Data provided section start

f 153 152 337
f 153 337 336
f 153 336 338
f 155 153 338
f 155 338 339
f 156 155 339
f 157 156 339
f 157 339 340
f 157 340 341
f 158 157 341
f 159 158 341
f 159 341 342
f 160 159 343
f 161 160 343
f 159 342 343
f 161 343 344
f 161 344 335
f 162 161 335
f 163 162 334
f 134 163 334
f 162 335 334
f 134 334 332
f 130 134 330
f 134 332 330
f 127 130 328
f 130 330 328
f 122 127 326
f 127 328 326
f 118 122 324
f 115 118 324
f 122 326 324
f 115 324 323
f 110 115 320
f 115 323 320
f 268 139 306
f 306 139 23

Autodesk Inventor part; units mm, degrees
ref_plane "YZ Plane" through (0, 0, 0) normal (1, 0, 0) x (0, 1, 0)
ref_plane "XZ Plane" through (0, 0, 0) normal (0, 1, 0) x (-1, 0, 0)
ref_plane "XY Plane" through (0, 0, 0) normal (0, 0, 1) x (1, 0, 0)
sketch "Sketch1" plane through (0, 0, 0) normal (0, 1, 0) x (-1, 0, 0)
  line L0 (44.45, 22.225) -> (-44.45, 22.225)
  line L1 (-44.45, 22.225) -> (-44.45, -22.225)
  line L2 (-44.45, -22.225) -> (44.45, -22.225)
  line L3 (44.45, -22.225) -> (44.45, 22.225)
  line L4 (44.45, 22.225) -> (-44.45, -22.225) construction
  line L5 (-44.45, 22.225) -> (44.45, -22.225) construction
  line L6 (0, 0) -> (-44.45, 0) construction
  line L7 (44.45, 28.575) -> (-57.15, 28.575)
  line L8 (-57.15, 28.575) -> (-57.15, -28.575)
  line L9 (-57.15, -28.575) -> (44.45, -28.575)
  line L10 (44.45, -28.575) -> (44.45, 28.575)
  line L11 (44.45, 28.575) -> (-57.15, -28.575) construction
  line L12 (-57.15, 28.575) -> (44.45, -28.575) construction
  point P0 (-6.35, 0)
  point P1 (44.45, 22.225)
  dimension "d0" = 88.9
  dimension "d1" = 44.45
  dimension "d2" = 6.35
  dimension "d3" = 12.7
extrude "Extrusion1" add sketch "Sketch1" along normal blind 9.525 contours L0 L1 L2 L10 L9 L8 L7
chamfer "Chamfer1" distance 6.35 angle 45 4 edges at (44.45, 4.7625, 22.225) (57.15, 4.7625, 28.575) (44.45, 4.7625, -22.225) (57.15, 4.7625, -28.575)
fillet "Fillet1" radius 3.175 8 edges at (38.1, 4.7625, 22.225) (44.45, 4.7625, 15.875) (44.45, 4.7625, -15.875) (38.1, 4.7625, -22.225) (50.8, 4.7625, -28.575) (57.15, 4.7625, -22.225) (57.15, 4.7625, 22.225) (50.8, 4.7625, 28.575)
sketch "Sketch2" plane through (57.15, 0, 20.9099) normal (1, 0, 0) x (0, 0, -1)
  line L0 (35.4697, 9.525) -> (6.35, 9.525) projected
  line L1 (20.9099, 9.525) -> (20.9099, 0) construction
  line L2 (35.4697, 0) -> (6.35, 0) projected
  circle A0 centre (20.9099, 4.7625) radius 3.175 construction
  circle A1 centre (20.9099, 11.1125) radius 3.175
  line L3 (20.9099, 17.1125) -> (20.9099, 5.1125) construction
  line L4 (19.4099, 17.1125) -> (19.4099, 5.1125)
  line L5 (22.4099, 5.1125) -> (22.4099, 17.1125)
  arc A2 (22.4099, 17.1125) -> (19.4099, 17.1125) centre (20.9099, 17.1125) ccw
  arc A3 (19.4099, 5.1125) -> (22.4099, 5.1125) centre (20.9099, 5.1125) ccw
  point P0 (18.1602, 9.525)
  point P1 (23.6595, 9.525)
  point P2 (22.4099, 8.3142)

Data provided section end

__Goal of the exercise__:
Stop at the line containing "0) x (0, 0, -1)". Please print exactly every line before it from the start of the records, plus that line itself, and nothing else.

__Response to this task__:
f 153 152 337
f 153 337 336
f 153 336 338
f 155 153 338
f 155 338 339
f 156 155 339
f 157 156 339
f 157 339 340
f 157 340 341
f 158 157 341
f 159 158 341
f 159 341 342
f 160 159 343
f 161 160 343
f 159 342 343
f 161 343 344
f 161 344 335
f 162 161 335
f 163 162 334
f 134 163 334
f 162 335 334
f 134 334 332
f 130 134 330
f 134 332 330
f 127 130 328
f 130 330 328
f 122 127 326
f 127 328 326
f 118 122 324
f 115 118 324
f 122 326 324
f 115 324 323
f 110 115 320
f 115 323 320
f 268 139 306
f 306 139 23

Autodesk Inventor part; units mm, degrees
ref_plane "YZ Plane" through (0, 0, 0) normal (1, 0, 0) x (0, 1, 0)
ref_plane "XZ Plane" through (0, 0, 0) normal (0, 1, 0) x (-1, 0, 0)
ref_plane "XY Plane" through (0, 0, 0) normal (0, 0, 1) x (1, 0, 0)
sketch "Sketch1" plane through (0, 0, 0) normal (0, 1, 0) x (-1, 0, 0)
  line L0 (44.45, 22.225) -> (-44.45, 22.225)
  line L1 (-44.45, 22.225) -> (-44.45, -22.225)
  line L2 (-44.45, -22.225) -> (44.45, -22.225)
  line L3 (44.45, -22.225) -> (44.45, 22.225)
  line L4 (44.45, 22.225) -> (-44.45, -22.225) construction
  line L5 (-44.45, 22.225) -> (44.45, -22.225) construction
  line L6 (0, 0) -> (-44.45, 0) construction
  line L7 (44.45, 28.575) -> (-57.15, 28.575)
  line L8 (-57.15, 28.575) -> (-57.15, -28.575)
  line L9 (-57.15, -28.575) -> (44.45, -28.575)
  line L10 (44.45, -28.575) -> (44.45, 28.575)
  line L11 (44.45, 28.575) -> (-57.15, -28.575) construction
  line L12 (-57.15, 28.575) -> (44.45, -28.575) construction
  point P0 (-6.35, 0)
  point P1 (44.45, 22.225)
  dimension "d0" = 88.9
  dimension "d1" = 44.45
  dimension "d2" = 6.35
  dimension "d3" = 12.7
extrude "Extrusion1" add sketch "Sketch1" along normal blind 9.525 contours L0 L1 L2 L10 L9 L8 L7
chamfer "Chamfer1" distance 6.35 angle 45 4 edges at (44.45, 4.7625, 22.225) (57.15, 4.7625, 28.575) (44.45, 4.7625, -22.225) (57.15, 4.7625, -28.575)
fillet "Fillet1" radius 3.175 8 edges at (38.1, 4.7625, 22.225) (44.45, 4.7625, 15.875) (44.45, 4.7625, -15.875) (38.1, 4.7625, -22.225) (50.8, 4.7625, -28.575) (57.15, 4.7625, -22.225) (57.15, 4.7625, 22.225) (50.8, 4.7625, 28.575)
sketch "Sketch2" plane through (57.15, 0, 20.9099) normal (1, 0, 0) x (0, 0, -1)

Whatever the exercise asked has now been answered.